# 2nd cohutta hunt WARNING



## Etoncathunter

Just to update everyone here. Anyone planning on hunting Cohutta for the 2nd hunt better keep an eye on the USFS website. I know most of ya are aware of the Rough ridge wildfire, and the trail closures in the eastern side of the WMA, but as of yesterday 11/5/16  the ENTIRE wilderness area has been closed to ALL use. Unless we get a break in the weather they are not anticipating any changes till December. This means that unless we get some rain or something the only areas open for the hunt would be those areas of the WMA outside of the wilderness. 

http://inciweb.nwcg.gov/incident/5078/


----------



## Joe Brandon

I think this fire will prove beneficial for future seasons. I am sorry however  it happened to you friends that hunt it right now in the middle of the season. Much love! Joe


----------



## Etoncathunter

Joe Brandon said:


> I think this fire will prove beneficial for future seasons. I am sorry however  it happened to you friends that hunt it right now in the middle of the season. Much love! Joe



I agree, I think it will be a big help for the future. I just wanted to give people a heads up that are coming from out of town and might not be seeing the most updated news on it. Since the wilderness area is roughly 1/2 the wma I imagine several people will have to go to plans B,C,or E. lol


----------



## twincedargap

Tonight I hunted CNF below Hogpen and once the thermals changed and the wind started flowing down mountain the smoke was horrible. 348 was closed this afternoon/ PM  to local traffic  N of the AT due to fire / smoke.  So fire must have been on Chatt WMA.  We could see latge amount of smoke above the skyline  as we headed towards hogpen that looked to be on the S side. Sure hope we get some rain soon for some relief and needed moisture.  Leaves are drooping and small shrubs dying across the woodlands due to the lack of rain.


----------



## northgeorgiasportsman

twincedargap said:


> Tonight I hunted CNF below Hogpen and once the thermals changed and the wind started flowing down mountain the smoke was horrible. 348 was closed this afternoon/ PM  to local traffic  N of the AT due to fire / smoke.  So fire must have been on Chatt WMA.  We could see latge amount of smoke above the skyline  as we headed towards hogpen that looked to be on the S side. Sure hope we get some rain soon for some relief and needed moisture.  Leaves are drooping and small shrubs dying across the woodlands due to the lack of rain.

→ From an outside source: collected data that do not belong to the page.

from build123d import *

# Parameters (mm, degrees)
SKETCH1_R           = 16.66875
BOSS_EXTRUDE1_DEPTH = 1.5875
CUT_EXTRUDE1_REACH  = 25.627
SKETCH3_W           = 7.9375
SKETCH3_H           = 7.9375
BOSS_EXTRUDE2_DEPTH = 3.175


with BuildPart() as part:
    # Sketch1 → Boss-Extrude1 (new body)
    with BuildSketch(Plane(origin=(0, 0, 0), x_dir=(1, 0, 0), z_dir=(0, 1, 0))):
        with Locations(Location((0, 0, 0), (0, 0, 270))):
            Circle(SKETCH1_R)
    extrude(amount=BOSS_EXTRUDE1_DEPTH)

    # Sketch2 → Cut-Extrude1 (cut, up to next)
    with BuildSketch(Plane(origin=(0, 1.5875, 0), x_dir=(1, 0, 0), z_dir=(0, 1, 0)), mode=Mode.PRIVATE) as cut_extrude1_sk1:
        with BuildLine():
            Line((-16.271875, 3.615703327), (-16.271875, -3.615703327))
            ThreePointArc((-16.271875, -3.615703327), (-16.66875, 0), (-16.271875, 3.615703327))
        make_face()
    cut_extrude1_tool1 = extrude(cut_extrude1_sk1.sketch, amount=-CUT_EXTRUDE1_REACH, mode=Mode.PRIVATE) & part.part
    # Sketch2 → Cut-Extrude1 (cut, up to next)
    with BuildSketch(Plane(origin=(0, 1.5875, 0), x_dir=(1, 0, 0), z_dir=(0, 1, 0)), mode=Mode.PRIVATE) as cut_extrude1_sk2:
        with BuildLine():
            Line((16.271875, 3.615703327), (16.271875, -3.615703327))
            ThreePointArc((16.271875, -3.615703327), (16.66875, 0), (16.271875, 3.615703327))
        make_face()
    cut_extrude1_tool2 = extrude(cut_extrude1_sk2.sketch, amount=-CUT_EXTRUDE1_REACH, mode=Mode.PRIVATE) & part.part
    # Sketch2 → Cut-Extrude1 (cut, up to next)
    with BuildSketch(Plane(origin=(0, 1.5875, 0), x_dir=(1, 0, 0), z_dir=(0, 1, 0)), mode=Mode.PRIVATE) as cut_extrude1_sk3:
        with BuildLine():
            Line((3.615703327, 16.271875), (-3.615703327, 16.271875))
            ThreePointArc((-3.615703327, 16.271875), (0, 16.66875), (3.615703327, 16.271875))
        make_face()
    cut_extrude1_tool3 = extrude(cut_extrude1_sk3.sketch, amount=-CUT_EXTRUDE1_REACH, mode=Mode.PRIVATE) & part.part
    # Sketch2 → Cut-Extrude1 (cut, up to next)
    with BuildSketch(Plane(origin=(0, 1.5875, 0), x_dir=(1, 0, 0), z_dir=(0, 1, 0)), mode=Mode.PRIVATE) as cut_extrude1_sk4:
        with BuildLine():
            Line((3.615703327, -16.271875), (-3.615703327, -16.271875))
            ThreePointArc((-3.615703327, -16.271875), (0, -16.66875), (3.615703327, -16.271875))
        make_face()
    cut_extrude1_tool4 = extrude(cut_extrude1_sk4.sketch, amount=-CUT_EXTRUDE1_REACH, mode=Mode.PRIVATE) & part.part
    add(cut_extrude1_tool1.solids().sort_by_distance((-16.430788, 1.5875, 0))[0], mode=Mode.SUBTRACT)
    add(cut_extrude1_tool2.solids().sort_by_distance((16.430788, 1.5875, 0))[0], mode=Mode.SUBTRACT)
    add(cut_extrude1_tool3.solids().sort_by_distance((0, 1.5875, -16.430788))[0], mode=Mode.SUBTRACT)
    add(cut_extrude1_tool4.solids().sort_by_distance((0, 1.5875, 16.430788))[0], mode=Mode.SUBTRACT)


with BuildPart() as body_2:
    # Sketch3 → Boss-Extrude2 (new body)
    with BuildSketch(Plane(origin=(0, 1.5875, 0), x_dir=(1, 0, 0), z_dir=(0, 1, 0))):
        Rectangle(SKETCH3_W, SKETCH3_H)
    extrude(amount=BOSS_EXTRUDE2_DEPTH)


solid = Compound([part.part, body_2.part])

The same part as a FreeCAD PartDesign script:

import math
import FreeCAD as App
import Part
import Sketcher

V = App.Vector
Q = App.Units.Quantity

doc = App.newDocument("Part")
body = doc.addObject("PartDesign::Body", "Body")

# Sketch on XZ plane
sketch1 = body.newObject("Sketcher::SketchObject", "Sketch")
sketch1.AttachmentSupport = (doc.getObject("XZ_Plane"), [""])
sketch1.MapMode = "FlatFace"
sketch1.addGeometry(Part.Circle(V(0, 0, 0), V(0, 0, 1), 17), False)
sketch1.addConstraint([
    Sketcher.Constraint("Coincident", 0, 3, -1, 1),
    Sketcher.Constraint("Diameter", 0, Q("1.3125 in")),
])
pad1 = body.newObject("PartDesign::Pad", "Pad")
pad1.Profile = sketch1
pad1.Length = Q("0.0625 in")
pad1.Reversed = True

# Sketch on XZ plane
sketch2 = body.newObject("Sketcher::SketchObject", "Sketch001")
sketch2.AttachmentSupport = (doc.getObject("XZ_Plane"), [""])
sketch2.MapMode = "FlatFace"
sketch2.AttachmentOffset = App.Placement(V(0, 0, -0.0625 * 25.4), App.Rotation())
sketch2.addGeometry([
    Part.LineSegment(V(-16, 4, 0), V(-16, -4, 0)),
    Part.ArcOfCircle(Part.Circle(V(0, 0, 0), V(0, 0, 1), 17), math.radians(167), math.radians(193)),
], False)
sketch2.addConstraint([
    Sketcher.Constraint("Coincident", 0, 1, 1, 1),
    Sketcher.Constraint("Coincident", 1, 2, 0, 2),
    Sketcher.Constraint("Vertical", 0),
    Sketcher.Constraint("Coincident", 1, 3, -1, 1),
    Sketcher.Constraint("Radius", 1, Q("0.65625 in")),
    Sketcher.Constraint("DistanceX", 0, 1, -1, 1, Q("0.640625 in")),
])
pocket1 = body.newObject("PartDesign::Pocket", "Pocket")
pocket1.Profile = sketch2
pocket1.Type = "UpToFirst"
pocket1.Reversed = True

# Sketch on XZ plane
sketch3 = body.newObject("Sketcher::SketchObject", "Sketch002")
sketch3.AttachmentSupport = (doc.getObject("XZ_Plane"), [""])
sketch3.MapMode = "FlatFace"
sketch3.AttachmentOffset = App.Placement(V(0, 0, -0.0625 * 25.4), App.Rotation())
sketch3.addGeometry([
    Part.LineSegment(V(16, -4, 0), V(16, 4, 0)),
    Part.ArcOfCircle(Part.Circle(V(0, 0, 0), V(0, 0, 1), 17), math.radians(-13), math.radians(13)),
], False)
sketch3.addConstraint([
    Sketcher.Constraint("Coincident", 0, 1, 1, 1),
    Sketcher.Constraint("Coincident", 1, 2, 0, 2),
    Sketcher.Constraint("Vertical", 0),
    Sketcher.Constraint("Coincident", 1, 3, -1, 1),
    Sketcher.Constraint("Radius", 1, Q("0.65625 in")),
    Sketcher.Constraint("DistanceX", -1, 1, 0, 1, Q("0.640625 in")),
])
pocket2 = body.newObject("PartDesign::Pocket", "Pocket001")
pocket2.Profile = sketch3
pocket2.Type = "UpToFirst"
pocket2.Reversed = True

# Sketch on XZ plane
sketch4 = body.newObject("Sketcher::SketchObject", "Sketch003")
sketch4.AttachmentSupport = (doc.getObject("XZ_Plane"), [""])
sketch4.MapMode = "FlatFace"
sketch4.AttachmentOffset = App.Placement(V(0, 0, -0.0625 * 25.4), App.Rotation())
sketch4.addGeometry([
    Part.LineSegment(V(-4, -16, 0), V(4, -16, 0)),
    Part.ArcOfCircle(Part.Circle(V(0, 0, 0), V(0, 0, 1), 17), math.radians(-103), math.radians(-77)),
], False)
sketch4.addConstraint([
    Sketcher.Constraint("Coincident", 0, 1, 1, 1),
    Sketcher.Constraint("Coincident", 1, 2, 0, 2),
    Sketcher.Constraint("Horizontal", 0),
    Sketcher.Constraint("Coincident", 1, 3, -1, 1),
    Sketcher.Constraint("Radius", 1, Q("0.65625 in")),
    Sketcher.Constraint("DistanceY", 0, 1, -1, 1, Q("0.640625 in")),
])
pocket3 = body.newObject("PartDesign::Pocket", "Pocket002")
pocket3.Profile = sketch4
pocket3.Type = "UpToFirst"
pocket3.Reversed = True

# Sketch on XZ plane
sketch5 = body.newObject("Sketcher::SketchObject", "Sketch004")
sketch5.AttachmentSupport = (doc.getObject("XZ_Plane"), [""])
sketch5.MapMode = "FlatFace"
sketch5.AttachmentOffset = App.Placement(V(0, 0, -0.0625 * 25.4), App.Rotation())
sketch5.addGeometry([
    Part.LineSegment(V(4, 16, 0), V(-4, 16, 0)),
    Part.ArcOfCircle(Part.Circle(V(0, 0, 0), V(0, 0, 1), 17), math.radians(77), math.radians(103)),
], False)
sketch5.addConstraint([
    Sketcher.Constraint("Coincident", 0, 1, 1, 1),
    Sketcher.Constraint("Coincident", 1, 2, 0, 2),
    Sketcher.Constraint("Horizontal", 0),
    Sketcher.Constraint("Coincident", 1, 3, -1, 1),
    Sketcher.Constraint("Radius", 1, Q("0.65625 in")),
    Sketcher.Constraint("DistanceY", -1, 1, 0, 1, Q("0.640625 in")),
])
pocket4 = body.newObject("PartDesign::Pocket", "Pocket003")
pocket4.Profile = sketch5
pocket4.Type = "UpToFirst"
pocket4.Reversed = True
body2 = doc.addObject("PartDesign::Body", "Body001")

# Sketch on XZ plane
sketch6 = body2.newObject("Sketcher::SketchObject", "Sketch005")
sketch6.AttachmentSupport = (doc.getObject("XZ_Plane001"), [""])
sketch6.MapMode = "FlatFace"
sketch6.AttachmentOffset = App.Placement(V(0, 0, -0.0625 * 25.4), App.Rotation())
sketch6.addGeometry([
    Part.LineSegment(V(-4, -4, 0), V(-4, 4, 0)),
    Part.LineSegment(V(-4, 4, 0), V(4, 4, 0)),
    Part.LineSegment(V(4, 4, 0), V(4, -4, 0)),
    Part.LineSegment(V(4, -4, 0), V(-4, -4, 0)),
], False)
sketch6.addConstraint([
    Sketcher.Constraint("Coincident", 0, 2, 1, 1),
    Sketcher.Constraint("Coincident", 1, 2, 2, 1),
    Sketcher.Constraint("Coincident", 2, 2, 3, 1),
    Sketcher.Constraint("Coincident", 3, 2, 0, 1),
    Sketcher.Constraint("Vertical", 0),
    Sketcher.Constraint("Horizontal", 1),
    Sketcher.Constraint("Vertical", 2),
    Sketcher.Constraint("Horizontal", 3),
    Sketcher.Constraint("Symmetric", 0, 2, 2, 2, -1, 1),
    Sketcher.Constraint("Equal", 3, 0),
    Sketcher.Constraint("DistanceX", 1, 1, 1, 2, Q("0.3125 in")),
])
pad2 = body2.newObject("PartDesign::Pad", "Pad001")
pad2.Profile = sketch6
pad2.Length = Q("0.125 in")
pad2.Reversed = True

doc.recompute()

As of last night, the fire that started at Raven Cliffs was limited to 24 acres and was 80% contained.


----------



## twincedargap

Glad raven cliffs was limited and contained. So no smoke this am and crossed Neels and air seemed clean there too. Can't imagine having to fight a fire on the side of these mountains.


----------



## Etoncathunter

Well the rough ridge fire is up to 5,000 acres as of 8pm tonight. Looks like it is being stopped on the North side as it gets to Jack's river. From what I gather reading their plans usfs is hoping to use the Conasauga river on the west as a hard barrier if it gets that far. Right now it is 11% contained, the estimate on their release says they estimate containment around Nov 30th.


----------



## Etoncathunter

Another update. The fire is up to 6400+ acres. They have also expanded the closure area. They have added the area east of the Conasauga river and east of where it crosses FS16 (old highway 2) near Cottonwood patch. The camp ground at Cottonwood patch is still open for the time being.

Here is the map for current closures. I was going to imbed it, but it is too large and would blow up your screens.
http://inciweb.nwcg.gov/photos/GACH...-Ridge/picts/2016_11_08-09.19.15.205-CST.jpeg


----------



## GunnSmokeer

The Health Department is saying that even healthy adults should not do physical activities outdoors in this smoke if they can help it.

For kids or the elderly or sick folks, it's dangerous (they say).

In Cumming, along GA 400, we were getting a lot of smoke yesterday. It was coming from 50 miles to the northwest of us.


----------



## Etoncathunter

GunnSmokeer said:


> The Health Department is saying that even healthy adults should not do physical activities outdoors in this smoke if they can help it.
> 
> For kids or the elderly or sick folks, it's dangerous (they say).
> 
> In Cumming, along GA 400, we were getting a lot of smoke yesterday. It was coming from 50 miles to the northwest of us.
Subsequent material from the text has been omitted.